··· SOURCE MATERIAL ···

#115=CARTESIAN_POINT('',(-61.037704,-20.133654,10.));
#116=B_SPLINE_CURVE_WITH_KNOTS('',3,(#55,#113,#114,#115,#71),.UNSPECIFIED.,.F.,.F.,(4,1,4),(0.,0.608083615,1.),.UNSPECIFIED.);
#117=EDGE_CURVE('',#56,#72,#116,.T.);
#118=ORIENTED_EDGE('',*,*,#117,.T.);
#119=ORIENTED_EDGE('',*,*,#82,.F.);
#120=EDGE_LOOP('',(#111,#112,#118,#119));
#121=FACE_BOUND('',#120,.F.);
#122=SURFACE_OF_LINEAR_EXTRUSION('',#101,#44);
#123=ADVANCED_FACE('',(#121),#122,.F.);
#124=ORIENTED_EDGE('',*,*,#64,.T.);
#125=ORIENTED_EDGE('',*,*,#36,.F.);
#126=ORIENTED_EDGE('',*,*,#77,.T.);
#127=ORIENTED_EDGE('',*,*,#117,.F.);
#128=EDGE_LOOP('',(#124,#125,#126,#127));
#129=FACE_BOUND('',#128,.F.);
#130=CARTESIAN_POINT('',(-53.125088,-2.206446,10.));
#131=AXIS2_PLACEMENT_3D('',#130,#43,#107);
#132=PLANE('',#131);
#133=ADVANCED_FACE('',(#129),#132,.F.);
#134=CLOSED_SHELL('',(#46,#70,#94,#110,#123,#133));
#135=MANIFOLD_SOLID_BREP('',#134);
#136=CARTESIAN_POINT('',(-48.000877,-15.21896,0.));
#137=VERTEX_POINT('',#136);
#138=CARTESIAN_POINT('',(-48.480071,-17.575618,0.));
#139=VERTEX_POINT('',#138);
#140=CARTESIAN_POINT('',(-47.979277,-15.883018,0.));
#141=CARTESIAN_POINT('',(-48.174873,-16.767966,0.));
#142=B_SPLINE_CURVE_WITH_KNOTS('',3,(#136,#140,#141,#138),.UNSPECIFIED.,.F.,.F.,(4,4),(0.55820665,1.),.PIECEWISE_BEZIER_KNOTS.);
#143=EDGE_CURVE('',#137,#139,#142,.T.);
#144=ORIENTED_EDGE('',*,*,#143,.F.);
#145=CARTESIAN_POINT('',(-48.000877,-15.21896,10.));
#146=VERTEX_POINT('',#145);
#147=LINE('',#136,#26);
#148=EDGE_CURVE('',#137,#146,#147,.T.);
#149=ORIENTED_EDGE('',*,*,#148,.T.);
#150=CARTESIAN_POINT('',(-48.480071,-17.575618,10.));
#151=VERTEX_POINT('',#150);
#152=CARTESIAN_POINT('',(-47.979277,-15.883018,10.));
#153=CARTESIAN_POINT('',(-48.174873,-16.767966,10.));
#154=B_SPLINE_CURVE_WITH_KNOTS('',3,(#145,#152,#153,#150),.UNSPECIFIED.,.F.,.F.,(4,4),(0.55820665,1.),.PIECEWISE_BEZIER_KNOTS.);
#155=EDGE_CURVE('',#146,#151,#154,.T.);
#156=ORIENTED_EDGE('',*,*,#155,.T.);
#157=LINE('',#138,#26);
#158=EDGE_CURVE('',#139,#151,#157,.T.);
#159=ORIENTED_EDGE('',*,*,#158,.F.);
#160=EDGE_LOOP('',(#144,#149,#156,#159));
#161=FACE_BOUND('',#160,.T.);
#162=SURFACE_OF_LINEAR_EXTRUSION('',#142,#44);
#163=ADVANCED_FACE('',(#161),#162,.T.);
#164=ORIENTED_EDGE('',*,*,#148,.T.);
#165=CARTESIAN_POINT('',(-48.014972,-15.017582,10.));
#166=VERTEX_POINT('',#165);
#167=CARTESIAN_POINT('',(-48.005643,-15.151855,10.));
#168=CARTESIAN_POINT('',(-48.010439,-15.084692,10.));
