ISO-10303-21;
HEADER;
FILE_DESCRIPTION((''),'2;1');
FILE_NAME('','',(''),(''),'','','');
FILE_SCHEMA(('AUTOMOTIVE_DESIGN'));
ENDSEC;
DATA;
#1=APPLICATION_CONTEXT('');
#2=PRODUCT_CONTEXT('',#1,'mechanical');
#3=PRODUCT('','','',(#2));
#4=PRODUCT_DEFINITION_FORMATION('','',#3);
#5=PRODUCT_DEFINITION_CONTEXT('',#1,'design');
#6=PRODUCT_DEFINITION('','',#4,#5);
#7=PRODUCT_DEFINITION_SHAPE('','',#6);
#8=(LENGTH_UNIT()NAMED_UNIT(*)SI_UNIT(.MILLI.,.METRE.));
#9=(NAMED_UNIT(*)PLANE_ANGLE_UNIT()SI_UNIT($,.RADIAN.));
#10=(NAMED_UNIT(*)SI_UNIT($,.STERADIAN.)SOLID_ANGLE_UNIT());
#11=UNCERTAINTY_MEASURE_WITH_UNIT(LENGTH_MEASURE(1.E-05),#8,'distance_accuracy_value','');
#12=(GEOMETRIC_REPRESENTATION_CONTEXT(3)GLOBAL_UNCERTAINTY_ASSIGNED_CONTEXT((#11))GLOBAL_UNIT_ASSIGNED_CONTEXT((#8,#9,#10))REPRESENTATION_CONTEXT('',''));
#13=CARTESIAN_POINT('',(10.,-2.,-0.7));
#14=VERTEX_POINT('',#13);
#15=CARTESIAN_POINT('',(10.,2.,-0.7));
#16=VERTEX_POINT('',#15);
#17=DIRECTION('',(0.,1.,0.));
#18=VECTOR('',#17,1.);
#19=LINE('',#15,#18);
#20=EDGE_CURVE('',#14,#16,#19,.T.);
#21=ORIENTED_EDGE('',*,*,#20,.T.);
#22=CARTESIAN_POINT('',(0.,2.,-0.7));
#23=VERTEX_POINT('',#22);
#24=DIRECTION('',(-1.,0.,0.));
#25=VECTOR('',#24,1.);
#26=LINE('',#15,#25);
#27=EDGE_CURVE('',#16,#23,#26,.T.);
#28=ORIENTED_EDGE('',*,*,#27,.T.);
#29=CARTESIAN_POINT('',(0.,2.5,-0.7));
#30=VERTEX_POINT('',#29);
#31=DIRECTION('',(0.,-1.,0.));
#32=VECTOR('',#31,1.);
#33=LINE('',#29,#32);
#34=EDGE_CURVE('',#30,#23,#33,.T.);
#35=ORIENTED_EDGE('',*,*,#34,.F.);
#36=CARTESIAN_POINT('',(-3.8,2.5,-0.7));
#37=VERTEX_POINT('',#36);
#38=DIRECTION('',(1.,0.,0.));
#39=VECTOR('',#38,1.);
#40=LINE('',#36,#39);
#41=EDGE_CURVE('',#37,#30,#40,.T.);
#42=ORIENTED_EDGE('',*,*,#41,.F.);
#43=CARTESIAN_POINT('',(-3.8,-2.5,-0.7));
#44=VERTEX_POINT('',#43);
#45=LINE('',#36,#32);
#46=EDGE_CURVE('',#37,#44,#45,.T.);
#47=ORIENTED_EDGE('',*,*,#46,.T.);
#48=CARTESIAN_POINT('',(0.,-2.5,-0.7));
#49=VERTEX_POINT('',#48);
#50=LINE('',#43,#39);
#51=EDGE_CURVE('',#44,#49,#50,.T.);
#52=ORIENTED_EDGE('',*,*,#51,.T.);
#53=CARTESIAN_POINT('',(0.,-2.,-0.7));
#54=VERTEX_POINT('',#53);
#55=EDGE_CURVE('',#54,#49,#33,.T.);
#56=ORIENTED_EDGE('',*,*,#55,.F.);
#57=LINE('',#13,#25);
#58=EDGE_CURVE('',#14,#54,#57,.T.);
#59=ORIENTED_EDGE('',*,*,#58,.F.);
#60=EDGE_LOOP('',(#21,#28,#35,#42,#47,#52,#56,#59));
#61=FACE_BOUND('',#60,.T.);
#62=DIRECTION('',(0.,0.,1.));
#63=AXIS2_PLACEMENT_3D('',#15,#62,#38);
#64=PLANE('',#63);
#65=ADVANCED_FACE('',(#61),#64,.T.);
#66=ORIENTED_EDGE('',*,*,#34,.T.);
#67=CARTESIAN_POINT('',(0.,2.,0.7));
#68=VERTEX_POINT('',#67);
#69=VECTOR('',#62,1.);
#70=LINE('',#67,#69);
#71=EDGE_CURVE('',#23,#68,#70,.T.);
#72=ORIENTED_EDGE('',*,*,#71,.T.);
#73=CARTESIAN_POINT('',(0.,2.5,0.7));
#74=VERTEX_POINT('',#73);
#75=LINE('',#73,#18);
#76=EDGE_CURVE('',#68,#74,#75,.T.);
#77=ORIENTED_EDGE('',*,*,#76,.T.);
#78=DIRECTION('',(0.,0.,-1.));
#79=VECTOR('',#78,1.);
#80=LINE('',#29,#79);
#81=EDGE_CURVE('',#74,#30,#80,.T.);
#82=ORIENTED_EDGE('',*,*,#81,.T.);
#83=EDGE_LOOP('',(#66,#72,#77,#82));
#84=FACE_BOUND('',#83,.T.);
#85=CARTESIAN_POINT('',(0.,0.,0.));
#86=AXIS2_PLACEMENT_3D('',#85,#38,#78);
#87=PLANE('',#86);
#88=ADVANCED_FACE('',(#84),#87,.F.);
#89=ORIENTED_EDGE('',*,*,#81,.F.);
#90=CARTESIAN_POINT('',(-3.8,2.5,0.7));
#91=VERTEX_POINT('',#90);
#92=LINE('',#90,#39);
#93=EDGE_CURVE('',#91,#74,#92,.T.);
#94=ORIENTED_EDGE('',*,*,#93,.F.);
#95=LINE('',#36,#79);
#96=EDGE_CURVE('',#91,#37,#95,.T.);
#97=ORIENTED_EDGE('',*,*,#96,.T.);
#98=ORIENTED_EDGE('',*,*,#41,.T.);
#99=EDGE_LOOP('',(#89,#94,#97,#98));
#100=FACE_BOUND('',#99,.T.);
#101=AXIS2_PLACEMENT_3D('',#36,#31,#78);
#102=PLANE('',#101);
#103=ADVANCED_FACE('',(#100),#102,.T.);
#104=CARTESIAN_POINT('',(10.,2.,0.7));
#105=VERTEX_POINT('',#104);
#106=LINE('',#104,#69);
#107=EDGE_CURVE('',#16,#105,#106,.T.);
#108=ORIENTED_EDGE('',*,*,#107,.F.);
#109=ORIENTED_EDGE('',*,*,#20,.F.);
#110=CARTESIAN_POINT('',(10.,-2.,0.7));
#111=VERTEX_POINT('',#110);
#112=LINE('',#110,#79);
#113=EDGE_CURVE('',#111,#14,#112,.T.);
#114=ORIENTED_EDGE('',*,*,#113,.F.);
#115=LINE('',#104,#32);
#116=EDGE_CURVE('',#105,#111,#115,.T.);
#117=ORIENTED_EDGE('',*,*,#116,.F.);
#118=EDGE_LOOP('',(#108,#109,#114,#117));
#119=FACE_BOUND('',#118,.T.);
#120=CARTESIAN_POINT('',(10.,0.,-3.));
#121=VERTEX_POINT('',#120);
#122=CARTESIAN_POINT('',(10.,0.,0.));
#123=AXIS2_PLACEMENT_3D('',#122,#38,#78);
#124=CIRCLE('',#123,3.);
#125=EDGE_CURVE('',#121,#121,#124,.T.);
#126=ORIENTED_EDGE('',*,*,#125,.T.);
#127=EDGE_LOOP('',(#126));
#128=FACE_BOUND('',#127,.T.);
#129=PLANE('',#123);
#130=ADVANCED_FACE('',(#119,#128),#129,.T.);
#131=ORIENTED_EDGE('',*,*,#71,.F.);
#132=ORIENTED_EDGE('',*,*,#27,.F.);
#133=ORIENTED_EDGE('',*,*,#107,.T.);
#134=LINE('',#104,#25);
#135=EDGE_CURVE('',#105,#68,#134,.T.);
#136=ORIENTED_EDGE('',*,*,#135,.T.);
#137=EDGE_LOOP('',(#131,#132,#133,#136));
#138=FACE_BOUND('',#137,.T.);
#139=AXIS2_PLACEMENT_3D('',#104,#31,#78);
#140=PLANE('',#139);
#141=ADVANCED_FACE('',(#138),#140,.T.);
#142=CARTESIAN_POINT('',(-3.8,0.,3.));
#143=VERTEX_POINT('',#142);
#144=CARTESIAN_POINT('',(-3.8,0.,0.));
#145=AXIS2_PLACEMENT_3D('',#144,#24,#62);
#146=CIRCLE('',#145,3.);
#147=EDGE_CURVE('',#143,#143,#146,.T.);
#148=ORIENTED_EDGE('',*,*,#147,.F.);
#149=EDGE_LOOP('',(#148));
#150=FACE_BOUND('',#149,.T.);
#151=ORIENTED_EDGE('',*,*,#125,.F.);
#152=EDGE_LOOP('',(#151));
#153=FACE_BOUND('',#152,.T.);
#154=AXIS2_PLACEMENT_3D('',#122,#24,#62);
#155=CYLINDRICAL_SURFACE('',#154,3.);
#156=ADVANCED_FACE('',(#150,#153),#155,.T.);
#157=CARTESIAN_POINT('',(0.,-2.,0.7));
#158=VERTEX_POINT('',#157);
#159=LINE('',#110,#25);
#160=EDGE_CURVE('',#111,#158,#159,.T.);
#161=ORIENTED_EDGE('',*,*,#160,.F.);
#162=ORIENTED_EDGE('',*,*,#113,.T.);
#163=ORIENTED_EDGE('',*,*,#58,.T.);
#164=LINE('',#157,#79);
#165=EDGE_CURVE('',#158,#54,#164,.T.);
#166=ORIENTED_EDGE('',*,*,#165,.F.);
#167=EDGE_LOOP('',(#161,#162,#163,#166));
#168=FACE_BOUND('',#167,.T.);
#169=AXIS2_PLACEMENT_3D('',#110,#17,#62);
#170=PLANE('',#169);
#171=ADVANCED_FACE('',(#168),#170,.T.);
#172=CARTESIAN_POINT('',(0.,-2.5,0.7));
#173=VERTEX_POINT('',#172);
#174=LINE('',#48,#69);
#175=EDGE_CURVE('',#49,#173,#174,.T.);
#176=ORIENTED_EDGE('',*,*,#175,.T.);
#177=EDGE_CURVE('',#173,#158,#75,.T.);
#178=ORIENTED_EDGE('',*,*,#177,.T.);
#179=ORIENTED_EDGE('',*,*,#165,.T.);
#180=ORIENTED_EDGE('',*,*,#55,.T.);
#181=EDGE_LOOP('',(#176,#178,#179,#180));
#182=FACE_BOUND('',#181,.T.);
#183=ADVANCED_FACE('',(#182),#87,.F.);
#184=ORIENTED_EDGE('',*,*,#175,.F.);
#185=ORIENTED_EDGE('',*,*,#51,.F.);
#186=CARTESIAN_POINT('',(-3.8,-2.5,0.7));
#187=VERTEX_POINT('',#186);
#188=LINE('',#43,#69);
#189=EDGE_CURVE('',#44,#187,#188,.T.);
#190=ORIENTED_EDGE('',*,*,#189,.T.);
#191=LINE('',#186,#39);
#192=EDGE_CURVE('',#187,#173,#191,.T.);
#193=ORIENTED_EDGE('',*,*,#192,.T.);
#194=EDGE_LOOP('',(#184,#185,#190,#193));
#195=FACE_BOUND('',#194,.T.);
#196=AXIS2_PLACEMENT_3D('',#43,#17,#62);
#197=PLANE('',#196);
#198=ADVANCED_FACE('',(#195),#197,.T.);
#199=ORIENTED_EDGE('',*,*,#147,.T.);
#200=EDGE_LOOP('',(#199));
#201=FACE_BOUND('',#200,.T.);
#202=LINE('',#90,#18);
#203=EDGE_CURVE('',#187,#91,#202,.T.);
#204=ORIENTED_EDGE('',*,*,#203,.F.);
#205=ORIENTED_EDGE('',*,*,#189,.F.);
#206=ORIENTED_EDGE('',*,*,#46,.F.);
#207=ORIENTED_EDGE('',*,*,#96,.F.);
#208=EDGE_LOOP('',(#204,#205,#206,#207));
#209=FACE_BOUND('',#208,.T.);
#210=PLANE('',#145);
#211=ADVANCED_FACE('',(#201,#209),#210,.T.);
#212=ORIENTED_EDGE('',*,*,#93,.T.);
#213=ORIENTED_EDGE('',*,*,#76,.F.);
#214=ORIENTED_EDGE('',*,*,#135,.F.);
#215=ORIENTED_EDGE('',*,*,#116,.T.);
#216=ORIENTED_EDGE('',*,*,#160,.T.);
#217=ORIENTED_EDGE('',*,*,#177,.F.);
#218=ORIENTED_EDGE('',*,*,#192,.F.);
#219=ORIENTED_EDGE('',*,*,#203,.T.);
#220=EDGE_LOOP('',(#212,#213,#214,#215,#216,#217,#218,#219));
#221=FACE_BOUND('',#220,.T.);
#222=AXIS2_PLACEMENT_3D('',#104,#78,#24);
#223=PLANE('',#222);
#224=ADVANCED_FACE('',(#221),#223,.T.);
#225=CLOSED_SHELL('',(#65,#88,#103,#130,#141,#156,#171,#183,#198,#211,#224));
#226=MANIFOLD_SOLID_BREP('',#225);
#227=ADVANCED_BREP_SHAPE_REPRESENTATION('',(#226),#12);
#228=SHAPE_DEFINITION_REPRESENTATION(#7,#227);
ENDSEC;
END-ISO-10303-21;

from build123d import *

# Parameters (mm, degrees)
SKETCH1_R           = 3
SKETCH1_W           = 1.4
SKETCH1_H           = 4
BOSS_EXTRUDE1_DEPTH = 10
BOSS_EXTRUDE2_START = 3.8
SKETCH2_R           = 3
SKETCH2_W           = 1.4
SKETCH2_H           = 5
BOSS_EXTRUDE2_DEPTH = 3.8


with BuildPart() as part:
    # Sketch1 → Boss-Extrude1 (new body)
    with BuildSketch(Plane(origin=(0, 0, 0), x_dir=(0, 0, -1), z_dir=(1, 0, 0))):
        Circle(SKETCH1_R)
        Rectangle(SKETCH1_W, SKETCH1_H, mode=Mode.SUBTRACT)
    extrude(amount=BOSS_EXTRUDE1_DEPTH)

    # Sketch2 → Boss-Extrude2 (add)
    with BuildSketch(Plane.ZY.offset(BOSS_EXTRUDE2_START)):
        Circle(SKETCH2_R)
        Rectangle(SKETCH2_W, SKETCH2_H, mode=Mode.SUBTRACT)
    extrude(amount=-BOSS_EXTRUDE2_DEPTH)


solid = part.part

···

- TASK DIRECTIONS -
Restate, please, word for word the span of records running from the first line to the line bearing "#150=CARTESIAN_POINT('',(-48.480071,-17.575618,10.));", both included, and nothing outside it.

- SOLVED PROBLEM -
#115=CARTESIAN_POINT('',(-61.037704,-20.133654,10.));
#116=B_SPLINE_CURVE_WITH_KNOTS('',3,(#55,#113,#114,#115,#71),.UNSPECIFIED.,.F.,.F.,(4,1,4),(0.,0.608083615,1.),.UNSPECIFIED.);
#117=EDGE_CURVE('',#56,#72,#116,.T.);
#118=ORIENTED_EDGE('',*,*,#117,.T.);
#119=ORIENTED_EDGE('',*,*,#82,.F.);
#120=EDGE_LOOP('',(#111,#112,#118,#119));
#121=FACE_BOUND('',#120,.F.);
#122=SURFACE_OF_LINEAR_EXTRUSION('',#101,#44);
#123=ADVANCED_FACE('',(#121),#122,.F.);
#124=ORIENTED_EDGE('',*,*,#64,.T.);
#125=ORIENTED_EDGE('',*,*,#36,.F.);
#126=ORIENTED_EDGE('',*,*,#77,.T.);
#127=ORIENTED_EDGE('',*,*,#117,.F.);
#128=EDGE_LOOP('',(#124,#125,#126,#127));
#129=FACE_BOUND('',#128,.F.);
#130=CARTESIAN_POINT('',(-53.125088,-2.206446,10.));
#131=AXIS2_PLACEMENT_3D('',#130,#43,#107);
#132=PLANE('',#131);
#133=ADVANCED_FACE('',(#129),#132,.F.);
#134=CLOSED_SHELL('',(#46,#70,#94,#110,#123,#133));
#135=MANIFOLD_SOLID_BREP('',#134);
#136=CARTESIAN_POINT('',(-48.000877,-15.21896,0.));
#137=VERTEX_POINT('',#136);
#138=CARTESIAN_POINT('',(-48.480071,-17.575618,0.));
#139=VERTEX_POINT('',#138);
#140=CARTESIAN_POINT('',(-47.979277,-15.883018,0.));
#141=CARTESIAN_POINT('',(-48.174873,-16.767966,0.));
#142=B_SPLINE_CURVE_WITH_KNOTS('',3,(#136,#140,#141,#138),.UNSPECIFIED.,.F.,.F.,(4,4),(0.55820665,1.),.PIECEWISE_BEZIER_KNOTS.);
#143=EDGE_CURVE('',#137,#139,#142,.T.);
#144=ORIENTED_EDGE('',*,*,#143,.F.);
#145=CARTESIAN_POINT('',(-48.000877,-15.21896,10.));
#146=VERTEX_POINT('',#145);
#147=LINE('',#136,#26);
#148=EDGE_CURVE('',#137,#146,#147,.T.);
#149=ORIENTED_EDGE('',*,*,#148,.T.);
#150=CARTESIAN_POINT('',(-48.480071,-17.575618,10.));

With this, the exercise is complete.